Typically, you tend to feel healthy when you have jaundice, even though you keep looking worse.

In hepatitis A the jaundice stage only lasts for about one week. After that, you’ll continue to heal and usually feel like your usual self within a month. You are immune for life after recovering from hepatitis A.

In hepatitis B, the jaundice stage is about two weeks.

Reducing The Risk Of Hepatitis A

Protecting yourself from hepatitis A

The most important action you can take to protect yourself against hepatitis A is to get vaccinated.

Practising strict personal hygiene is also essential to reducing the risk of hepatitis A. Steps you can take include:

  • Wash your hands with soap and hot running water before handling food, after going to the toilet and after handling used condoms or having contact with nappies or the anal area of another person. Use a clean towel to dry your hands.
  • Use barrier protection when engaging in oral-anal sex and avoid sex with someone who is infected with the hepatitis A virus.
  • Vaccination may prevent illness if given within 2 weeks of contact with an infectious person.
  • Clean bathrooms and toilets often, paying attention to toilet seats, handles, taps and nappy change tables.
  • Boil your drinking water if it comes from an untreated source, such as a river.
  • If you are travelling overseas, particularly to countries where hepatitis A is widespread, take special care to avoid hepatitis A. Before travelling, talk to your doctor about immunisation for protection.

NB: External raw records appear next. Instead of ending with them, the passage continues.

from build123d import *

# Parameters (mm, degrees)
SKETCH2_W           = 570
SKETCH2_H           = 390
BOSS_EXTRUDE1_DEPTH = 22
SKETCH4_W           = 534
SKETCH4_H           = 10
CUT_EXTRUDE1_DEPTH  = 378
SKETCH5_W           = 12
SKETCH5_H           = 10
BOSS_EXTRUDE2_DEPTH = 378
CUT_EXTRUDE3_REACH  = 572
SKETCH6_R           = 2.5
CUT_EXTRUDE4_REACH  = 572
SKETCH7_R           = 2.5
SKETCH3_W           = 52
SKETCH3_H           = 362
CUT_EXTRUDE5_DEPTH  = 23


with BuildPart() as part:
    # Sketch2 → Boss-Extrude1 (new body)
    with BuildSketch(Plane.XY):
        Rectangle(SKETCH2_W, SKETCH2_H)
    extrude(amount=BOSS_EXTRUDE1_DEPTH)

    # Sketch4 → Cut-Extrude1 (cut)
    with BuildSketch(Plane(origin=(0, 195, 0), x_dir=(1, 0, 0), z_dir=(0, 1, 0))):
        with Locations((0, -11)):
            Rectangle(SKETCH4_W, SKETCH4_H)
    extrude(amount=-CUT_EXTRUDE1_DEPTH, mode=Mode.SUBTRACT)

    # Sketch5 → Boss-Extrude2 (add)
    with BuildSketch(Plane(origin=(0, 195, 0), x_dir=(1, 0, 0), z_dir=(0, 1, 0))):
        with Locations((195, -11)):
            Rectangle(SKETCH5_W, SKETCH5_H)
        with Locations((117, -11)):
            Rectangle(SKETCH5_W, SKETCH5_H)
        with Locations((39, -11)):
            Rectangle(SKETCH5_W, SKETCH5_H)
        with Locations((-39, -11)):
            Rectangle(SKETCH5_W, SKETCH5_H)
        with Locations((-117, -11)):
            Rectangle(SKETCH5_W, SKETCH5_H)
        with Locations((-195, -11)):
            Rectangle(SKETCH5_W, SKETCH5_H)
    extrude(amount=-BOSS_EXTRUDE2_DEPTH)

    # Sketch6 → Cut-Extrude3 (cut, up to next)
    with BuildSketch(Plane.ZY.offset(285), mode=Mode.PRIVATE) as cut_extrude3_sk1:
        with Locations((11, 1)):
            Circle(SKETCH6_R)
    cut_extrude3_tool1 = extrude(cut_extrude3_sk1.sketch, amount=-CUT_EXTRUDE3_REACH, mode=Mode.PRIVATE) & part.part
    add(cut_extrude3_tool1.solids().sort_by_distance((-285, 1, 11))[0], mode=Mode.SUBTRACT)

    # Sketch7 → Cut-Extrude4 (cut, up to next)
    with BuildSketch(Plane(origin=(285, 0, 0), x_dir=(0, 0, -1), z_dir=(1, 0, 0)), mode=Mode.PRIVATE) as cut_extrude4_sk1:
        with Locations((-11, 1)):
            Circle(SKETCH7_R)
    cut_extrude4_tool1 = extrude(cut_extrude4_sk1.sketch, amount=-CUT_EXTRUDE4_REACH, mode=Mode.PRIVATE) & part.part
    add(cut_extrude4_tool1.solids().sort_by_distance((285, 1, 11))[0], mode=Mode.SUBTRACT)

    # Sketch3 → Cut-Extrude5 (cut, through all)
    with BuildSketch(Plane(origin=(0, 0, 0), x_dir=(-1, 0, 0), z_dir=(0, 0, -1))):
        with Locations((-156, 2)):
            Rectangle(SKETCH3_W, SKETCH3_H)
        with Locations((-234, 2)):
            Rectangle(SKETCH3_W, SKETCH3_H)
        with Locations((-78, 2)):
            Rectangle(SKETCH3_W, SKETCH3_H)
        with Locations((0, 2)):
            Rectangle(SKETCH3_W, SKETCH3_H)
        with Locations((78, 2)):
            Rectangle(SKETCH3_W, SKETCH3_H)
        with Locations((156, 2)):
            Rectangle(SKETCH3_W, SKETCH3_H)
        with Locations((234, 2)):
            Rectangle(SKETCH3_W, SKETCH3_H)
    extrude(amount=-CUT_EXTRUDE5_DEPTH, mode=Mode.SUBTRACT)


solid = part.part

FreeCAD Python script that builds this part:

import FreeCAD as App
import Part
import Sketcher

V = App.Vector


def add_polygon(sketch, points):
    """Adds a closed chain of lines whose ends are joined by coincident constraints."""
    first, n = sketch.GeometryCount, len(points)
    for a, b in zip(points, points[1:] + points[:1]):
        sketch.addGeometry(Part.LineSegment(App.Vector(*a, 0), App.Vector(*b, 0)), False)
    for i in range(n):
        sketch.addConstraint(Sketcher.Constraint("Coincident", first + i, 2, first + (i + 1) % n, 1))

doc = App.newDocument("Part")
body = doc.addObject("PartDesign::Body", "Body")

# Sketch on XY plane
sketch1 = doc.addObject("Sketcher::SketchObject", "Sketch")
body.addObject(sketch1)
sketch1.AttachmentSupport = (doc.XY_Plane, [""])
sketch1.MapMode = "FlatFace"
add_polygon(sketch1, [(-285, 195), (-285, -195), (285, -195), (285, 195)])  # lines 0-3
sketch1.addConstraint([
    Sketcher.Constraint("Vertical", 0),
    Sketcher.Constraint("Horizontal", 1),
    Sketcher.Constraint("Vertical", 2),
    Sketcher.Constraint("Horizontal", 3),
    Sketcher.Constraint("Symmetric", 0, 2, 2, 2, -1, 1),
    Sketcher.Constraint("DistanceX", 1, 1, 1, 2, 570.0),
    Sketcher.Constraint("DistanceY", 0, 2, 0, 1, 390.0),
])
pad1 = doc.addObject("PartDesign::Pad", "Pad")
body.addObject(pad1)
pad1.Profile = sketch1
pad1.Length = 22

# Sketch on XZ plane
sketch2 = doc.addObject("Sketcher::SketchObject", "Sketch001")
body.addObject(sketch2)
sketch2.AttachmentSupport = (doc.XZ_Plane, [""])
sketch2.MapMode = "FlatFace"
sketch2.AttachmentOffset = App.Placement(V(0, 0, -195), App.Rotation())
add_polygon(sketch2, [(-267, 6), (-267, 16), (267, 16), (267, 6)])  # lines 0-3
sketch2.addConstraint([
    Sketcher.Constraint("Vertical", 0),
    Sketcher.Constraint("Horizontal", 1),
    Sketcher.Constraint("Vertical", 2),
    Sketcher.Constraint("Horizontal", 3),
    Sketcher.Constraint("DistanceX", 1, 1, 1, 2, 534.0),
    Sketcher.Constraint("DistanceY", 0, 1, 0, 2, 10.0),
    Sketcher.Constraint("DistanceX", 0, 2, -1, 1, 267.0),
    Sketcher.Constraint("DistanceY", -1, 1, 0, 2, 16.0),
])
pocket1 = doc.addObject("PartDesign::Pocket", "Pocket")
body.addObject(pocket1)
pocket1.Profile = sketch2
pocket1.Length = 378
pocket1.Reversed = True

# Sketch on XZ plane
sketch3 = doc.addObject("Sketcher::SketchObject", "Sketch002")
body.addObject(sketch3)
sketch3.AttachmentSupport = (doc.XZ_Plane, [""])
sketch3.MapMode = "FlatFace"
sketch3.AttachmentOffset = App.Placement(V(0, 0, -195), App.Rotation())
add_polygon(sketch3, [(189, 6), (189, 16), (201, 16), (201, 6)])  # lines 0-3
add_polygon(sketch3, [(111, 6), (111, 16), (123, 16), (123, 6)])  # lines 4-7
add_polygon(sketch3, [(33, 6), (33, 16), (45, 16), (45, 6)])  # lines 8-11
add_polygon(sketch3, [(-45, 6), (-45, 16), (-33, 16), (-33, 6)])  # lines 12-15
add_polygon(sketch3, [(-123, 6), (-123, 16), (-111, 16), (-111, 6)])  # lines 16-19
add_polygon(sketch3, [(-201, 6), (-201, 16), (-189, 16), (-189, 6)])  # lines 20-23
sketch3.addConstraint([
    Sketcher.Constraint("Vertical", 0),
    Sketcher.Constraint("Horizontal", 1),
    Sketcher.Constraint("Vertical", 2),
    Sketcher.Constraint("Horizontal", 3),
    Sketcher.Constraint("Vertical", 4),
    Sketcher.Constraint("Horizontal", 5),
    Sketcher.Constraint("Vertical", 6),
    Sketcher.Constraint("Horizontal", 7),
    Sketcher.Constraint("Vertical", 8),
    Sketcher.Constraint("Horizontal", 9),
    Sketcher.Constraint("Vertical", 10),
    Sketcher.Constraint("Horizontal", 11),
    Sketcher.Constraint("Vertical", 12),
    Sketcher.Constraint("Horizontal", 13),
    Sketcher.Constraint("Vertical", 14),
    Sketcher.Constraint("Horizontal", 15),
    Sketcher.Constraint("Vertical", 16),
    Sketcher.Constraint("Horizontal", 17),
    Sketcher.Constraint("Vertical", 18),
    Sketcher.Constraint("Horizontal", 19),
    Sketcher.Constraint("Vertical", 20),
    Sketcher.Constraint("Horizontal", 21),
    Sketcher.Constraint("Vertical", 22),
    Sketcher.Constraint("Horizontal", 23),
    Sketcher.Constraint("Symmetric", 9, 2, 12, 2, -2),
    Sketcher.Constraint("Symmetric", 11, 2, 14, 2, -2),
    Sketcher.Constraint("Symmetric", 5, 2, 16, 2, -2),
    Sketcher.Constraint("Symmetric", 7, 2, 18, 2, -2),
    Sketcher.Constraint("Symmetric", 1, 2, 20, 2, -2),
    Sketcher.Constraint("Symmetric", 3, 2, 22, 2, -2),
    Sketcher.Constraint("Horizontal", 1, 2, 4, 2),
    Sketcher.Constraint("Horizontal", 3, 2, 6, 2),
    Sketcher.Constraint("Horizontal", 5, 2, 8, 2),
    Sketcher.Constraint("Horizontal", 7, 2, 10, 2),
    Sketcher.Constraint("Equal", 3, 5),
    Sketcher.Constraint("Equal", 7, 9),
    Sketcher.Constraint("DistanceX", 1, 1, 1, 2, 12.0),
    Sketcher.Constraint("DistanceY", 0, 1, 0, 2, 10.0),
    Sketcher.Constraint("DistanceX", -1, 1, 0, 2, 189.0),
    Sketcher.Constraint("DistanceY", -1, 1, 0, 2, 16.0),
    Sketcher.Constraint("DistanceX", -1, 1, 4, 2, 111.0),
    Sketcher.Constraint("DistanceX", -1, 1, 8, 2, 33.0),
])
pad2 = doc.addObject("PartDesign::Pad", "Pad001")
body.addObject(pad2)
pad2.Profile = sketch3
pad2.Length = 378

# Sketch on YZ plane
sketch4 = doc.addObject("Sketcher::SketchObject", "Sketch003")
body.addObject(sketch4)
sketch4.AttachmentSupport = (doc.YZ_Plane, [""])
sketch4.MapMode = "FlatFace"
sketch4.AttachmentOffset = App.Placement(V(0, 0, -285), App.Rotation())
sketch4.addGeometry(Part.Circle(V(1, 11, 0), V(0, 0, 1), 2.5), False)
sketch4.addConstraint([
    Sketcher.Constraint("Diameter", 0, 5.0),
    Sketcher.Constraint("DistanceX", -1, 1, 0, 3, 1.0),
    Sketcher.Constraint("DistanceY", -1, 1, 0, 3, 11.0),
])
pocket2 = doc.addObject("PartDesign::Pocket", "Pocket001")
body.addObject(pocket2)
pocket2.Profile = sketch4
pocket2.Type = "UpToFirst"
pocket2.Reversed = True

# Sketch on YZ plane
sketch5 = doc.addObject("Sketcher::SketchObject", "Sketch004")
body.addObject(sketch5)
sketch5.AttachmentSupport = (doc.YZ_Plane, [""])
sketch5.MapMode = "FlatFace"
sketch5.AttachmentOffset = App.Placement(V(0, 0, 285), App.Rotation())
sketch5.addGeometry(Part.Circle(V(1, 11, 0), V(0, 0, 1), 2.5), False)
sketch5.addConstraint([
    Sketcher.Constraint("Diameter", 0, 5.0),
    Sketcher.Constraint("DistanceX", -1, 1, 0, 3, 1.0),
    Sketcher.Constraint("DistanceY", -1, 1, 0, 3, 11.0),
])
pocket3 = doc.addObject("PartDesign::Pocket", "Pocket002")
body.addObject(pocket3)
pocket3.Profile = sketch5
pocket3.Type = "UpToFirst"

# Sketch on XY plane
sketch6 = doc.addObject("Sketcher::SketchObject", "Sketch005")
body.addObject(sketch6)
sketch6.AttachmentSupport = (doc.XY_Plane, [""])
sketch6.MapMode = "FlatFace"
add_polygon(sketch6, [(182, 183), (182, -179), (130, -179), (130, 183)])  # lines 0-3
add_polygon(sketch6, [(260, 183), (260, -179), (208, -179), (208, 183)])  # lines 4-7
add_polygon(sketch6, [(104, 183), (104, -179), (52, -179), (52, 183)])  # lines 8-11
add_polygon(sketch6, [(26, 183), (26, -179), (-26, -179), (-26, 183)])  # lines 12-15
add_polygon(sketch6, [(-52, 183), (-52, -179), (-104, -179), (-104, 183)])  # lines 16-19
add_polygon(sketch6, [(-130, 183), (-130, -179), (-182, -179), (-182, 183)])  # lines 20-23
add_polygon(sketch6, [(-208, 183), (-208, -179), (-260, -179), (-260, 183)])  # lines 24-27
sketch6.addConstraint([
    Sketcher.Constraint("Vertical", 0),
    Sketcher.Constraint("Horizontal", 1),
    Sketcher.Constraint("Vertical", 2),
    Sketcher.Constraint("Horizontal", 3),
    Sketcher.Constraint("Vertical", 4),
    Sketcher.Constraint("Horizontal", 5),
    Sketcher.Constraint("Vertical", 6),
    Sketcher.Constraint("Horizontal", 7),
    Sketcher.Constraint("Vertical", 8),
    Sketcher.Constraint("Horizontal", 9),
    Sketcher.Constraint("Vertical", 10),
    Sketcher.Constraint("Horizontal", 11),
    Sketcher.Constraint("Vertical", 12),
    Sketcher.Constraint("Horizontal", 13),
    Sketcher.Constraint("Vertical", 14),
    Sketcher.Constraint("Horizontal", 15),
    Sketcher.Constraint("Vertical", 16),
    Sketcher.Constraint("Horizontal", 17),
    Sketcher.Constraint("Vertical", 18),
    Sketcher.Constraint("Horizontal", 19),
    Sketcher.Constraint("Vertical", 20),
    Sketcher.Constraint("Horizontal", 21),
    Sketcher.Constraint("Vertical", 22),
    Sketcher.Constraint("Horizontal", 23),
    Sketcher.Constraint("Vertical", 24),
    Sketcher.Constraint("Horizontal", 25),
    Sketcher.Constraint("Vertical", 26),
    Sketcher.Constraint("Horizontal", 27),
    Sketcher.Constraint("Symmetric", 9, 2, 16, 2, -2),
    Sketcher.Constraint("Symmetric", 11, 2, 18, 2, -2),
    Sketcher.Constraint("Symmetric", 1, 2, 20, 2, -2),
    Sketcher.Constraint("Symmetric", 3, 2, 22, 2, -2),
    Sketcher.Constraint("Symmetric", 5, 2, 24, 2, -2),
    Sketcher.Constraint("Symmetric", 7, 2, 26, 2, -2),
    Sketcher.Constraint("Horizontal", 1, 2, 4, 2),
    Sketcher.Constraint("Horizontal", 3, 2, 6, 2),
    Sketcher.Constraint("Horizontal", 5, 2, 8, 2),
    Sketcher.Constraint("Horizontal", 7, 2, 10, 2),
    Sketcher.Constraint("Horizontal", 9, 2, 12, 2),
    Sketcher.Constraint("Horizontal", 11, 2, 14, 2),
    Sketcher.Constraint("Equal", 3, 5),
    Sketcher.Constraint("Equal", 7, 9),
    Sketcher.Constraint("Equal", 11, 13),
    Sketcher.Constraint("DistanceX", 1, 2, 1, 1, 52.0),
    Sketcher.Constraint("DistanceY", 0, 2, 0, 1, 362.0),
    Sketcher.Constraint("DistanceX", -1, 1, 0, 2, 182.0),
    Sketcher.Constraint("DistanceY", 0, 2, -1, 1, 179.0),
    Sketcher.Constraint("DistanceX", -1, 1, 4, 2, 260.0),
    Sketcher.Constraint("DistanceX", -1, 1, 8, 2, 104.0),
    Sketcher.Constraint("DistanceX", -1, 1, 12, 2, 26.0),
])
pocket4 = doc.addObject("PartDesign::Pocket", "Pocket003")
body.addObject(pocket4)
pocket4.Profile = sketch6
pocket4.Type = "ThroughAll"
pocket4.Reversed = True

doc.recompute()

Protecting others from hepatitis A

If you have hepatitis:

  • Wash eating utensils in soapy water, and machine wash linen and towels.

Household contacts and sexual partners of an infectious person may need to be immunised.

All people who have hepatitis A should check with their doctor before returning to work or school.

Protecting yourself from hepatitis A when overseas

Can Hepatitis A Be Prevented Or Avoided

The best way to protect yourself against hepatitis A is to get the vaccine. The hepatitis A vaccination is recommended for all children older than age 1. It begins to protect you only 4 weeks after you are vaccinated. A 6- to 12-month booster is required for long-term protection. Ask your doctor if the vaccination is right for you.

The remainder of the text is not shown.